- _REQUIRED ACTION_: Once you find the line with "e10 v4 v7 LINE" in the data that follows, repeat it and every line after it exactly, through the line with "face PLANE(AX(P(0.35,0,0.2),D(-1,0,0),D(0,-1,0))) rev".

- _RECORDS FOR THE EXERCISE_:
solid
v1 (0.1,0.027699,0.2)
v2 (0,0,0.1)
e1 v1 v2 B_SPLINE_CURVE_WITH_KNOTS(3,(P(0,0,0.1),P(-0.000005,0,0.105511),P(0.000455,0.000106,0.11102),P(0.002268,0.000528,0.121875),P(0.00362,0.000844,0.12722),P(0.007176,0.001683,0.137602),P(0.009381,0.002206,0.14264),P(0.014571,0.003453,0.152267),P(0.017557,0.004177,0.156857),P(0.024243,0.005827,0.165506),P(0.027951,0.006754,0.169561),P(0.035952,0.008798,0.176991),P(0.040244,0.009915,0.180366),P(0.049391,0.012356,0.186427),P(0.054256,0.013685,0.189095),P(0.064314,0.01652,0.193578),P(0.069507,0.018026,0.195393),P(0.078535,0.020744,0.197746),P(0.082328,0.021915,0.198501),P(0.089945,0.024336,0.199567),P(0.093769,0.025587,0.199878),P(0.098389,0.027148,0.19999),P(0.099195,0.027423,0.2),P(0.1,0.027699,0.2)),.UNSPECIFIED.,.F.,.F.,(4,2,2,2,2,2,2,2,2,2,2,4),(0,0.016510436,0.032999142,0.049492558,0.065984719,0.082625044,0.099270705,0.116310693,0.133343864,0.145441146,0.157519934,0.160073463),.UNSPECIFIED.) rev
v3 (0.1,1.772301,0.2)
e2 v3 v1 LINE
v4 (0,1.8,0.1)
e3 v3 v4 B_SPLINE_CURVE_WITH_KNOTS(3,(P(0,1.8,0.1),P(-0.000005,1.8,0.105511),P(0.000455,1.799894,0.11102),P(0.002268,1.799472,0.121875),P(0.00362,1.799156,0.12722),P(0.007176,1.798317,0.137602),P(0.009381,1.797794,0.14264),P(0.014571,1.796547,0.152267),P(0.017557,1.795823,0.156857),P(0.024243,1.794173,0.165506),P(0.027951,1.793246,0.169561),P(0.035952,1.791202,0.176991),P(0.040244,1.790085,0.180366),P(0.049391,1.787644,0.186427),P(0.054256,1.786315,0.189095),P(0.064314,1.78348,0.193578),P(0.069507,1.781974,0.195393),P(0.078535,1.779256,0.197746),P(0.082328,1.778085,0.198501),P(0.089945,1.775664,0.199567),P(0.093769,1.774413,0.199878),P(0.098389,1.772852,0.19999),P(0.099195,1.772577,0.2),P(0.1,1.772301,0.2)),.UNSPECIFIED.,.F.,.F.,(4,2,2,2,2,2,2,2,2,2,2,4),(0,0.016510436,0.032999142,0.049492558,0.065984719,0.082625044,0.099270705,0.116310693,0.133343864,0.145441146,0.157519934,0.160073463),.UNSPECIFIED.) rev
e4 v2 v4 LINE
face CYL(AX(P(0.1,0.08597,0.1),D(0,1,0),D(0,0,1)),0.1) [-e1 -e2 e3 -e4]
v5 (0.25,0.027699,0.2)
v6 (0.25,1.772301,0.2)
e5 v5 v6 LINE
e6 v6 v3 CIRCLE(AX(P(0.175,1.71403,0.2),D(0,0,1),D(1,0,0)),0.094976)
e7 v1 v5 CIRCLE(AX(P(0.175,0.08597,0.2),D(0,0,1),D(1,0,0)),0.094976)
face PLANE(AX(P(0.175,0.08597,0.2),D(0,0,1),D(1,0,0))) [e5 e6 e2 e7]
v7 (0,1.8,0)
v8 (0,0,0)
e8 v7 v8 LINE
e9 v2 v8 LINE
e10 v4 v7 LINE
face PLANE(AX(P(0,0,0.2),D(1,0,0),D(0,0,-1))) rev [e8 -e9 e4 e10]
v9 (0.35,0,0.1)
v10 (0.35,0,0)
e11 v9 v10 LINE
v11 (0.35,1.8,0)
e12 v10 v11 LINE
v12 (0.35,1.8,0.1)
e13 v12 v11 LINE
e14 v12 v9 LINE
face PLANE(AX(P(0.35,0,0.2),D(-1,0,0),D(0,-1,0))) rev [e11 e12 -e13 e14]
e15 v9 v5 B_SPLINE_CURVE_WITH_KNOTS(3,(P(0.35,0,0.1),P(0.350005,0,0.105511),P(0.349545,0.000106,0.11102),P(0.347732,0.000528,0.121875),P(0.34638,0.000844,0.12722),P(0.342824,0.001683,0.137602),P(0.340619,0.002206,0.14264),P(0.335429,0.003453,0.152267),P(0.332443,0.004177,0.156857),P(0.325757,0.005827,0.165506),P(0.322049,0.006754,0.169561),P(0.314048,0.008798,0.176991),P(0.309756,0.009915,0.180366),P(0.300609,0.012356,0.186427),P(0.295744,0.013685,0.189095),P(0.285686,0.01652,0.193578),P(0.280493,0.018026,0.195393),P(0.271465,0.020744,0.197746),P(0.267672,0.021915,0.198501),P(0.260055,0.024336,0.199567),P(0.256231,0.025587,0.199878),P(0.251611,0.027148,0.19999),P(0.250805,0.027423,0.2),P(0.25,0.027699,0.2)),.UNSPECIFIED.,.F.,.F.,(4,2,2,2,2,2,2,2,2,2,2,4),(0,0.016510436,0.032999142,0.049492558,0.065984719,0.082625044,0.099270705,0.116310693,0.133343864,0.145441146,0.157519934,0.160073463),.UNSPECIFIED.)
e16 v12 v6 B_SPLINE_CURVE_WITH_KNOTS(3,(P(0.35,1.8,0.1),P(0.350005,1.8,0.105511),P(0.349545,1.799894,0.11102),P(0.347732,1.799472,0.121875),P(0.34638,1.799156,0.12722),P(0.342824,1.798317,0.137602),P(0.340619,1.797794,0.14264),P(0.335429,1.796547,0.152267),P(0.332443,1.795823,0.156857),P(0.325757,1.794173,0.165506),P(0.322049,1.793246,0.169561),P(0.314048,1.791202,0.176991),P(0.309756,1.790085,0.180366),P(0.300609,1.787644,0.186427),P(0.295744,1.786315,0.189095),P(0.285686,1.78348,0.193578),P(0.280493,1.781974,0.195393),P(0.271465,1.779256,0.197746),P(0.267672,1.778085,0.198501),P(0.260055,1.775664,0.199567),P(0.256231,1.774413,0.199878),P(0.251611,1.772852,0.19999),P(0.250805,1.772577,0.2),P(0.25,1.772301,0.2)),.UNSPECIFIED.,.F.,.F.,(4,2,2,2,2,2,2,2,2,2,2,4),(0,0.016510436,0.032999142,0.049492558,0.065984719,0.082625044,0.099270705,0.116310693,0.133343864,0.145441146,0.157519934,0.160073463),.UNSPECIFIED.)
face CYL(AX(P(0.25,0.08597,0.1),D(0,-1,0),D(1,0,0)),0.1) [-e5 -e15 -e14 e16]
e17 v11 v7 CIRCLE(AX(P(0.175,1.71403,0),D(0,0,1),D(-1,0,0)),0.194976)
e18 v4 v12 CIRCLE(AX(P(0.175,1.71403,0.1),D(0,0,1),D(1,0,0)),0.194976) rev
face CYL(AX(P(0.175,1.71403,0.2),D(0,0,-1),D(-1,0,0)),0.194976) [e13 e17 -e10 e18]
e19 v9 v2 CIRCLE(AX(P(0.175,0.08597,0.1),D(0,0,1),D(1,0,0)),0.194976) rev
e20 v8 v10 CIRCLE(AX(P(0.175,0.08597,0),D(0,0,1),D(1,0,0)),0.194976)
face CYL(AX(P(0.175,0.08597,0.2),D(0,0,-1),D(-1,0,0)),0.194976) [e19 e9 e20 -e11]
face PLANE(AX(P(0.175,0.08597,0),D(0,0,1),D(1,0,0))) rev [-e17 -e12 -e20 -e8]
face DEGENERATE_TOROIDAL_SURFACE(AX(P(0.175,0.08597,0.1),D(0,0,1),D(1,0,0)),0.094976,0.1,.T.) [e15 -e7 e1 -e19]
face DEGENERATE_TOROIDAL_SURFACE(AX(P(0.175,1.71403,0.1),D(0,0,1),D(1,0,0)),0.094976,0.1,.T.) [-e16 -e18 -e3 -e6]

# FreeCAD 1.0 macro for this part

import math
import FreeCAD as App
import Part
import Sketcher
from FreeCAD import Vector


def edges_at(feature, points):
    """Names of the edges that pass closest to the given points."""
    edges = feature.Shape.Edges
    near = lambda p: min(range(len(edges)), key=lambda i: edges[i].distToShape(Part.Vertex(*p))[0])
    return sorted({f"Edge{near(p) + 1}" for p in points})

doc = App.newDocument("Part")
body = doc.addObject("PartDesign::Body", "Body")

# Sketch on XY plane
sketch1 = body.newObject("Sketcher::SketchObject", "Sketch")
sketch1.AttachmentSupport = (doc.getObject("XY_Plane"), [""])
sketch1.MapMode = "FlatFace"
sketch1.addGeometry(Part.LineSegment(Vector(0, 1.8, 0), Vector(0, 0, 0)), False)
sketch1.addGeometry(Part.ArcOfCircle(Part.Circle(Vector(0.17, 0.09, 0), Vector(0, 0, 1), 0.19), math.radians(-154), math.radians(-26)), False)
sketch1.addGeometry(Part.LineSegment(Vector(0.35, 0, 0), Vector(0.35, 1.8, 0)), False)
sketch1.addGeometry(Part.ArcOfCircle(Part.Circle(Vector(0.17, 1.71, 0), Vector(0, 0, 1), 0.19), math.radians(26), math.radians(154)), False)
sketch1.addConstraint(Sketcher.Constraint("Coincident", 0, 2, 1, 1))
sketch1.addConstraint(Sketcher.Constraint("Coincident", 1, 2, 2, 1))
sketch1.addConstraint(Sketcher.Constraint("Coincident", 2, 2, 3, 1))
sketch1.addConstraint(Sketcher.Constraint("Coincident", 3, 2, 0, 1))
sketch1.addConstraint(Sketcher.Constraint("Vertical", 0))
sketch1.addConstraint(Sketcher.Constraint("Vertical", 2))
sketch1.addConstraint(Sketcher.Constraint("Coincident", 0, 2, -1, 1))
sketch1.addConstraint(Sketcher.Constraint("Equal", 1, 3))
sketch1.addConstraint(Sketcher.Constraint("PointOnObject", 1, 2, -1))
sketch1.addConstraint(Sketcher.Constraint("Horizontal", 2, 2, 3, 2))
sketch1.addConstraint(Sketcher.Constraint("DistanceY", 0, 2, 0, 1, 1.8))
sketch1.addConstraint(Sketcher.Constraint("DistanceX", -1, 1, 1, 2, 0.35))
sketch1.addConstraint(Sketcher.Constraint("Radius", 1, 0.194976))
pad1 = body.newObject("PartDesign::Pad", "Pad")
pad1.Profile = sketch1
pad1.Length = 0.2
doc.recompute()

fillet = body.newObject("PartDesign::Fillet", "Fillet")
fillet.Base = (pad1, edges_at(pad1, [
    (0.175, 1.909, 0.2),
    (0, 0.9, 0.2),
    (0.175, -0.109, 0.2),
    (0.35, 0.9, 0.2),
]))
fillet.Radius = 0.1

doc.recompute()
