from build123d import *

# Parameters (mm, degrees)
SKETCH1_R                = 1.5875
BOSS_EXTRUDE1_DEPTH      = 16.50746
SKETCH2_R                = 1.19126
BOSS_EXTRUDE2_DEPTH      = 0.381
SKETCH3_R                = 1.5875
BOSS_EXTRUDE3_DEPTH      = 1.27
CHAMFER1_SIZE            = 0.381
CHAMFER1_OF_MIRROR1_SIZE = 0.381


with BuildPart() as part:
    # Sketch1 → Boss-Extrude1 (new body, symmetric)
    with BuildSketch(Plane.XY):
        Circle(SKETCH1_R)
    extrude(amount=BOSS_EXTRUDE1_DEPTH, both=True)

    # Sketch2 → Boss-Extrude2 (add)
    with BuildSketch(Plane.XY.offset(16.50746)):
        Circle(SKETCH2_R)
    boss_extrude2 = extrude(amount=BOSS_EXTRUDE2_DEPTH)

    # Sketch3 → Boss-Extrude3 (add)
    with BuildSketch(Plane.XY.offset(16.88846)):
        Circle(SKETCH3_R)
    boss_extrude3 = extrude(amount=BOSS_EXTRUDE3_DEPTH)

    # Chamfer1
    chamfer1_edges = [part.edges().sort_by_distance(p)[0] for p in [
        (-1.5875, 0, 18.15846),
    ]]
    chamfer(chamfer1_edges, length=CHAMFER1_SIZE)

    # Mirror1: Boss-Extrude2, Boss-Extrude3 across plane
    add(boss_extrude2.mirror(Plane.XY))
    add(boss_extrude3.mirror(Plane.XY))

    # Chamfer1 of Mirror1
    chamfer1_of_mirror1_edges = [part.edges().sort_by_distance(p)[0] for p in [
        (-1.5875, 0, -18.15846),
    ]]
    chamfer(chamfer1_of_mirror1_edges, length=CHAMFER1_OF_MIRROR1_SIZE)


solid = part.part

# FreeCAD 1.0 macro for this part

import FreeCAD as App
import Part
import Sketcher
Q = App.Units.Quantity


def edges_at(feature, points):
    """Names of the edges that pass closest to the given points."""
    edges = feature.Shape.Edges
    near = lambda p: min(range(len(edges)), key=lambda i: edges[i].distToShape(Part.Vertex(*p))[0])
    return sorted({f"Edge{near(p) + 1}" for p in points})

doc = App.newDocument("Part")
body = doc.addObject("PartDesign::Body", "Body")

# Sketch on XY plane
sketch1 = body.newObject("Sketcher::SketchObject", "Sketch")
sketch1.AttachmentSupport = (doc.getObject("XY_Plane"), [""])
sketch1.MapMode = "FlatFace"
sketch1.addGeometry(Part.Circle(App.Vector(0, 0, 0), App.Vector(0, 0, 1), 1.6), False)
sketch1.addConstraint([
    Sketcher.Constraint("Coincident", 0, 3, -1, 1),
    Sketcher.Constraint("Diameter", 0, Q("0.125 in")),
])
pad1 = body.newObject("PartDesign::Pad", "Pad")
pad1.Profile = sketch1
pad1.Length = Q("1.2998 in")
pad1.Midplane = True

# Sketch on XY plane
sketch2 = body.newObject("Sketcher::SketchObject", "Sketch001")
sketch2.AttachmentSupport = (doc.getObject("XY_Plane"), [""])
sketch2.MapMode = "FlatFace"
sketch2.AttachmentOffset = App.Placement(App.Vector(0, 0, 0.6499 * 25.4), App.Rotation())
sketch2.addGeometry(Part.Circle(App.Vector(0, 0, 0), App.Vector(0, 0, 1), 1.2), False)
sketch2.addConstraint([
    Sketcher.Constraint("Coincident", 0, 3, -1, 1),
    Sketcher.Constraint("Diameter", 0, Q("0.0938 in")),
])
pad2 = body.newObject("PartDesign::Pad", "Pad001")
pad2.Profile = sketch2
pad2.Length = Q("0.015 in")

# Sketch on XY plane
sketch3 = body.newObject("Sketcher::SketchObject", "Sketch002")
sketch3.AttachmentSupport = (doc.getObject("XY_Plane"), [""])
sketch3.MapMode = "FlatFace"
sketch3.AttachmentOffset = App.Placement(App.Vector(0, 0, 0.6649 * 25.4), App.Rotation())
sketch3.addGeometry(Part.Circle(App.Vector(0, 0, 0), App.Vector(0, 0, 1), 1.6), False)
sketch3.addConstraint([
    Sketcher.Constraint("Coincident", 0, 3, -1, 1),
    Sketcher.Constraint("Diameter", 0, Q("0.125 in")),
])
pad3 = body.newObject("PartDesign::Pad", "Pad002")
pad3.Profile = sketch3
pad3.Length = Q("0.05 in")
doc.recompute()

chamfer = body.newObject("PartDesign::Chamfer", "Chamfer")
chamfer.Base = (pad3, edges_at(pad3, [(-1.587, 0, 18.158)]))
chamfer.Size = Q("0.015 in")
doc.recompute()

mirrored = body.newObject("PartDesign::Mirrored", "Mirrored")
mirrored.Originals = [pad2, pad3]
mirrored.MirrorPlane = (doc.getObject("XY_Plane"), [""])
body.Tip = mirrored
doc.recompute()

chamfer2 = body.newObject("PartDesign::Chamfer", "Chamfer001")
chamfer2.Base = (mirrored, edges_at(mirrored, [(-1.587, 0, -18.158)]))
chamfer2.Size = Q("0.015 in")

doc.recompute()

- _RESPONSE_:
e10 v4 v7 LINE
face PLANE(AX(P(0,0,0.2),D(1,0,0),D(0,0,-1))) rev [e8 -e9 e4 e10]
v9 (0.35,0,0.1)
v10 (0.35,0,0)
e11 v9 v10 LINE
v11 (0.35,1.8,0)
e12 v10 v11 LINE
v12 (0.35,1.8,0.1)
e13 v12 v11 LINE
e14 v12 v9 LINE
face PLANE(AX(P(0.35,0,0.2),D(-1,0,0),D(0,-1,0))) rev [e11 e12 -e13 e14]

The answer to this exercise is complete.